Devastating bushfires are roaring across Australia, turning the landscape into cinders. Experts estimate that over a billion animals have died in the wide-ranging fires. Humans are rallying to help and the efforts include airdropping vegetables to starving wildlife.

Operation Rock Wallaby is an aerial project from the government of New South Wales to save endangered brush-tailed rock wallabies that survived the fires, but are left in burned lands with no food. The operation has already dropped over 2 tons of carrots and sweet potatoes to over a dozen wallaby colonies. 

"The wallabies were already under stress from the ongoing drought, making survival challenging for the wallabies without assistance," said New South Wales environment minister Matt Kean in a statement on Sunday. Kean tweeted a photo of carrots in mid-air over the weekend.
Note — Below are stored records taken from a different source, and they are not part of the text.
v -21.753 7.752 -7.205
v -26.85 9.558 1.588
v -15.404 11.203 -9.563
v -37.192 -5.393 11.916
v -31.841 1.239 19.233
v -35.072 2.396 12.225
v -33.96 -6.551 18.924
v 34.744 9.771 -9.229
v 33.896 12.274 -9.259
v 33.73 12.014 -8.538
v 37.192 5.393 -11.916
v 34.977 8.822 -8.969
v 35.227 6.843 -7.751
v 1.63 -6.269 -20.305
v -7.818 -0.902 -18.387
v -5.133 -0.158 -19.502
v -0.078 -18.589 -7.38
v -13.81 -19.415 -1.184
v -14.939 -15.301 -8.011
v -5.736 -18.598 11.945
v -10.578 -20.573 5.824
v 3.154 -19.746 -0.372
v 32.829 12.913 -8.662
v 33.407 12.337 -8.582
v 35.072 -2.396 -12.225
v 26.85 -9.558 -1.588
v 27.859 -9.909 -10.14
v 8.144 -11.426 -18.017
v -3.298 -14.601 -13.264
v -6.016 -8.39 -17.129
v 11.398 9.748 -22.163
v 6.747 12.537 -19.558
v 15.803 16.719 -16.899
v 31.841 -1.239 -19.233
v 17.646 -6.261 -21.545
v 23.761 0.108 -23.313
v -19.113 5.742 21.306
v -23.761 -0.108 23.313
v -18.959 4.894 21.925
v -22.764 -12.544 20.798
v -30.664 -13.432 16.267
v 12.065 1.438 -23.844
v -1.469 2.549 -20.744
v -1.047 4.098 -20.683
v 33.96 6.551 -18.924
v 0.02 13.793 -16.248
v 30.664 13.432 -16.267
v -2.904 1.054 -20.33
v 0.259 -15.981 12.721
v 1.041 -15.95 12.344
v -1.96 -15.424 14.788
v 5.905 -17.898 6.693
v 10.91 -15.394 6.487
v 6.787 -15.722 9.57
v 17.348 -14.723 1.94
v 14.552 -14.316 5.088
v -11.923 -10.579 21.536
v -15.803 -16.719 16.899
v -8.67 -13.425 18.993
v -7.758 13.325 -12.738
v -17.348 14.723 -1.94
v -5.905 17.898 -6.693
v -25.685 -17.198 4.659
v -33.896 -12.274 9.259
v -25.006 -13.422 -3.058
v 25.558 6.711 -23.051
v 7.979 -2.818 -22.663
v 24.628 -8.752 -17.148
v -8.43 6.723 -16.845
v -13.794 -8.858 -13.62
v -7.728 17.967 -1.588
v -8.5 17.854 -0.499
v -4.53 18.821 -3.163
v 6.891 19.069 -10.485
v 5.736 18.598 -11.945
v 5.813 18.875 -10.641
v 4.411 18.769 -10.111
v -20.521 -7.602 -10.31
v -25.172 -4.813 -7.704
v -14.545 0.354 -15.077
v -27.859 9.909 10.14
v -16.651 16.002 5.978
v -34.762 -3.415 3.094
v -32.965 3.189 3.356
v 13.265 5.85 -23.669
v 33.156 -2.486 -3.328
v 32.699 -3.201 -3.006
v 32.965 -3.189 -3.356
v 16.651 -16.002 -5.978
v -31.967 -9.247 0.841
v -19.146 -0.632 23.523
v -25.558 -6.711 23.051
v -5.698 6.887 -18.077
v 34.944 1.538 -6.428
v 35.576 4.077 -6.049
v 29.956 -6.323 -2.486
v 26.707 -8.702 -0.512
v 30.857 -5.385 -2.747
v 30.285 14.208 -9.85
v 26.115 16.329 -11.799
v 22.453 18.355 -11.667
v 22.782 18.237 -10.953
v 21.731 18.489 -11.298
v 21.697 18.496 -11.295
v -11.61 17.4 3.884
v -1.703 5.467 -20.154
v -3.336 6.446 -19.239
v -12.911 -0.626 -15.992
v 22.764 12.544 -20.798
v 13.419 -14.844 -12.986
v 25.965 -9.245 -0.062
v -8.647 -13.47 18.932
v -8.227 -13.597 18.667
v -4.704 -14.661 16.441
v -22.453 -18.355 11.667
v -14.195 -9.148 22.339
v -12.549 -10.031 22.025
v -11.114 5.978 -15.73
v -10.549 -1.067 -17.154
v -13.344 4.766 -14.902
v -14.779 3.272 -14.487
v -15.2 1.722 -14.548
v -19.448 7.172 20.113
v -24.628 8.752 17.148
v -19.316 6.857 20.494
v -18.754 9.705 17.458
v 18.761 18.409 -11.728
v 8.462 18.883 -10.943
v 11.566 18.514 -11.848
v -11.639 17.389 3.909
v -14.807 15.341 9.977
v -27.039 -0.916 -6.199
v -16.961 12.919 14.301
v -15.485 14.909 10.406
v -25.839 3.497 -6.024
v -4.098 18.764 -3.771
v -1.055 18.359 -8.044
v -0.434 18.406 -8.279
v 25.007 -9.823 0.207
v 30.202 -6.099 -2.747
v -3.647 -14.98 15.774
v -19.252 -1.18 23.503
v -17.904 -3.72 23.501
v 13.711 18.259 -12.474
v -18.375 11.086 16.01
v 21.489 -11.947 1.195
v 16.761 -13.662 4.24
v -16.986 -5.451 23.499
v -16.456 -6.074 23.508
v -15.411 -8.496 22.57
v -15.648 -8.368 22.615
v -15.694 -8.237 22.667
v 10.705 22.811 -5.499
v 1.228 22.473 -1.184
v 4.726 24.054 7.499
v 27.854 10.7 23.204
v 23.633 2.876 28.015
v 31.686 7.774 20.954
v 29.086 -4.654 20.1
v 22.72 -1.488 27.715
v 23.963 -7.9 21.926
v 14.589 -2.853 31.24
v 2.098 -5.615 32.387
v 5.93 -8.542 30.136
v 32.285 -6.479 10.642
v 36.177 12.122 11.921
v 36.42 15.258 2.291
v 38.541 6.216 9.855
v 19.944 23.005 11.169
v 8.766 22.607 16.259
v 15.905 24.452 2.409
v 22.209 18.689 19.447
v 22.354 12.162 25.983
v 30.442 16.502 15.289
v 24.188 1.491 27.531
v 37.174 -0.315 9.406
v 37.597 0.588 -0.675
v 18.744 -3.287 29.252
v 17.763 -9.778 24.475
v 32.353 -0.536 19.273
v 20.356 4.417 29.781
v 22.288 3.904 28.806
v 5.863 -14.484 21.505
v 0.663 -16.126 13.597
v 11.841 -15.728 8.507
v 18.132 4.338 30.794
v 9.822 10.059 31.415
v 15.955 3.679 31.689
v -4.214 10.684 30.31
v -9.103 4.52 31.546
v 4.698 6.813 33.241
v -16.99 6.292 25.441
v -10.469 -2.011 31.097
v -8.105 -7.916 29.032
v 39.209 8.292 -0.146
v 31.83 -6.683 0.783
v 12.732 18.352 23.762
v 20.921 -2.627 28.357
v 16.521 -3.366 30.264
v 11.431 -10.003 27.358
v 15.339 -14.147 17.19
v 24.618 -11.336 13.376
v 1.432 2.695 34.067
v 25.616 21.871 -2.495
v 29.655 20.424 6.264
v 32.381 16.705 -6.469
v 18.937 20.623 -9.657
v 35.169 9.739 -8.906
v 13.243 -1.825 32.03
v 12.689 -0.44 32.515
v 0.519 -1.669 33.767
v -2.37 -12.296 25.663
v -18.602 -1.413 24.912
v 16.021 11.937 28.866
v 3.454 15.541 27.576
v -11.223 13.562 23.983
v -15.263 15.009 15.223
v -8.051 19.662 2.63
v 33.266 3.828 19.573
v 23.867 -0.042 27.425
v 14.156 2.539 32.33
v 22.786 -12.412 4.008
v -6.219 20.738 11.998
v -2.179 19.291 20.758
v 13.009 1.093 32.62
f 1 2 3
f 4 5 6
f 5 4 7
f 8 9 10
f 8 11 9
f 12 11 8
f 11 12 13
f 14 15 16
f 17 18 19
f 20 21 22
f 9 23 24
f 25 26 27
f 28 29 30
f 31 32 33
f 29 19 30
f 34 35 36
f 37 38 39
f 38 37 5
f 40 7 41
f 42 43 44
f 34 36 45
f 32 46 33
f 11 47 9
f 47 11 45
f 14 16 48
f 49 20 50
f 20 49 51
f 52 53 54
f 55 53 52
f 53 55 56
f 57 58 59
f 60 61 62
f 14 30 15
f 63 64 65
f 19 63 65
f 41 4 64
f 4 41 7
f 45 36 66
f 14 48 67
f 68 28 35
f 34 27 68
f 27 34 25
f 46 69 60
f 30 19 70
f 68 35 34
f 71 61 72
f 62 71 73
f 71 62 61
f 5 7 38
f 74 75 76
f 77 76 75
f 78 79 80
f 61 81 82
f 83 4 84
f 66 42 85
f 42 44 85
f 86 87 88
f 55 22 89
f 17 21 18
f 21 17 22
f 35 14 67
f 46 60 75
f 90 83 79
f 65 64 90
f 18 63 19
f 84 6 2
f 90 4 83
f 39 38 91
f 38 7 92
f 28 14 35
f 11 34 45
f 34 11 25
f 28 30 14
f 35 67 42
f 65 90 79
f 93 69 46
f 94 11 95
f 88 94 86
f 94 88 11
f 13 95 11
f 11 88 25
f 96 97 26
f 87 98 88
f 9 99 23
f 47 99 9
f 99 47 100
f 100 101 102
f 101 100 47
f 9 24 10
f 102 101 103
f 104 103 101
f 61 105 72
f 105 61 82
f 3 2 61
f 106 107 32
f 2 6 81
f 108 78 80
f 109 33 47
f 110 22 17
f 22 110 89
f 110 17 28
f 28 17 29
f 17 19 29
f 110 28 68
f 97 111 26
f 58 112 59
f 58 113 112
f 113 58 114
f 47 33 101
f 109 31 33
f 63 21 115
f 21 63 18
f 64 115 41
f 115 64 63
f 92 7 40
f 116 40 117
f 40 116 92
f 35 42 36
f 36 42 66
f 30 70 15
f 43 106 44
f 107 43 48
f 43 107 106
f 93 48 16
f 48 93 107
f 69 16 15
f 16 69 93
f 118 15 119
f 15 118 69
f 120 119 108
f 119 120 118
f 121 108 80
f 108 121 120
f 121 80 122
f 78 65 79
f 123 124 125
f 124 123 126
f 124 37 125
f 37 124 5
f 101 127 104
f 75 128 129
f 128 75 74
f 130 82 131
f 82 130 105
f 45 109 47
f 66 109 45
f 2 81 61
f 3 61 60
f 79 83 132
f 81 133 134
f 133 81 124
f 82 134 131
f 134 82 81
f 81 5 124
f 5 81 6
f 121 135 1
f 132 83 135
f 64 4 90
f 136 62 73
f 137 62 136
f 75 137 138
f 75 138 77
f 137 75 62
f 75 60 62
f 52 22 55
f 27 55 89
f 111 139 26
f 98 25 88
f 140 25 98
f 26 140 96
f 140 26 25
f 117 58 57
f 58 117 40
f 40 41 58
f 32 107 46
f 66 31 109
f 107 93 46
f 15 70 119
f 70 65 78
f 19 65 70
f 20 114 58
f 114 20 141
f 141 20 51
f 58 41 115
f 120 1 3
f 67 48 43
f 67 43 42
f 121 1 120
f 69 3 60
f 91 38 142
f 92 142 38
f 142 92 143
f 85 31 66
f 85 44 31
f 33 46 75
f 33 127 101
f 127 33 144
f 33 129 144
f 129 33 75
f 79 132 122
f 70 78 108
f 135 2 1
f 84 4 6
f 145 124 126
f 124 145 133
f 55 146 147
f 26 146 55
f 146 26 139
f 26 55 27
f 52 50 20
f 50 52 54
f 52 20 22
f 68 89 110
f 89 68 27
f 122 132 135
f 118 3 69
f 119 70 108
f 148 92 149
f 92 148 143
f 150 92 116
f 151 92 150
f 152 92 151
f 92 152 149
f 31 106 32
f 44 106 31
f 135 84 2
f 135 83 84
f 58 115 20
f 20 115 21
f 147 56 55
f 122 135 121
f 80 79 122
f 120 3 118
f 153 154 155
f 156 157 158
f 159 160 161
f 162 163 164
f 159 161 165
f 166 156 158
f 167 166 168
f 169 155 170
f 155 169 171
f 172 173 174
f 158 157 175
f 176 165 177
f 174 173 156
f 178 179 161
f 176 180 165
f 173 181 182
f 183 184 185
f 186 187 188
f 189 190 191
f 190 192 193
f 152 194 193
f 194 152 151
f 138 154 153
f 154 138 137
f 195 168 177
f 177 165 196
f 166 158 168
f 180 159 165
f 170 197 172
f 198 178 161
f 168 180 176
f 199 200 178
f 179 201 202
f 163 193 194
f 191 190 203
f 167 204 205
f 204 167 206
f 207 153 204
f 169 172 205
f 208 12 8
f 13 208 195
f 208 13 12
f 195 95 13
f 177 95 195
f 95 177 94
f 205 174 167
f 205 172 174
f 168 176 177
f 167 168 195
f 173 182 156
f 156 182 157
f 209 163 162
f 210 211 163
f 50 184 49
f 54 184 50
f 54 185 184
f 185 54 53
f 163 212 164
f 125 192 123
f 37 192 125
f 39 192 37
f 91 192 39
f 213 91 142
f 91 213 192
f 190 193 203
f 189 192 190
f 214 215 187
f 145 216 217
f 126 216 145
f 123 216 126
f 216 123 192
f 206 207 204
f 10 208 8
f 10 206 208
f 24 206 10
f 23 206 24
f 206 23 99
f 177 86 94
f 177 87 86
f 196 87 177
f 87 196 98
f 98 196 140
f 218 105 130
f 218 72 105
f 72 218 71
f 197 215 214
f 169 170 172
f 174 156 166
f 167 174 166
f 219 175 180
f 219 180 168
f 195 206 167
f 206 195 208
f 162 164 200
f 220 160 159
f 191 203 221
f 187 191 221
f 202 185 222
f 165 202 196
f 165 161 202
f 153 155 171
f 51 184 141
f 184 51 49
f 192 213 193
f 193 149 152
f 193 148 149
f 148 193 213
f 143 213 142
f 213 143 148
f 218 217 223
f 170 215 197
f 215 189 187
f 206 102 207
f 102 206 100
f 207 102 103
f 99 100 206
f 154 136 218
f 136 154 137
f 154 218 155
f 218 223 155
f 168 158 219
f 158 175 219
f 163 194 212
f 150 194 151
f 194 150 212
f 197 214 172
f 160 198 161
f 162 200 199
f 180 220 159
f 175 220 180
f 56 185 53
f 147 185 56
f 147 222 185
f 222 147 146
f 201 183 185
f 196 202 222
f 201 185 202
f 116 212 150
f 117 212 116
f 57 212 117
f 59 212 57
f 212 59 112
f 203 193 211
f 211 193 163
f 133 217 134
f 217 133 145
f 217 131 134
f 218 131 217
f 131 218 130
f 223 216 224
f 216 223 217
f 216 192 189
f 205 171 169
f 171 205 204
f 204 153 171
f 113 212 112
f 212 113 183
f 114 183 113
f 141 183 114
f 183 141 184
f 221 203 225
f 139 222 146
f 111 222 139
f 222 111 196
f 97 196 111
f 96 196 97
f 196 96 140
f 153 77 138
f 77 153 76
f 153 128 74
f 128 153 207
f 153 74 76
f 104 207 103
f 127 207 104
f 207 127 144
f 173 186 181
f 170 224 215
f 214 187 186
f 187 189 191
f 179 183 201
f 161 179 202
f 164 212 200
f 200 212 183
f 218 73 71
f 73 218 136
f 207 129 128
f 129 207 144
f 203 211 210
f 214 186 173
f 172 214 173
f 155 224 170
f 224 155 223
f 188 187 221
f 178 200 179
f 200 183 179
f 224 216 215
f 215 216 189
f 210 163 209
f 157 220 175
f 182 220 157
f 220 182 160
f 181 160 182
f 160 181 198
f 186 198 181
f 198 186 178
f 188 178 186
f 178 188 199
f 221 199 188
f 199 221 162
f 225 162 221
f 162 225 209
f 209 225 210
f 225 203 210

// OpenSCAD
$fn=16;

rotate(a = 27, v = [0.3, 0.7, 0.2])
union() {
scale(v = [2, 1, 1])
	sphere(r = 20);
translate(v = [5, 5, 10])
	scale(v = [1.3, 0.8, 1])
		sphere(r = 25);
}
The airdrops are just the beginning. "At this stage, we expect to continue providing supplementary food to rock-wallaby populations until sufficient natural food resources and water become available again in the landscape, during post-fire recovery," said Kean.

The IUCN Red List of Threatened Species considers the brush-tailed rock wallaby vulnerable, which is one step below endangered. The Australian government, however, lists the marsupial as endangered in New South Wales due to loss of habitat, fire, introduced predators and competition from feral goats and sheep.

Heart-breaking photos of wounded koalas have spread online. An image of a wallaby eating a carrot offers one small glimmer of hope in a time of tragedy.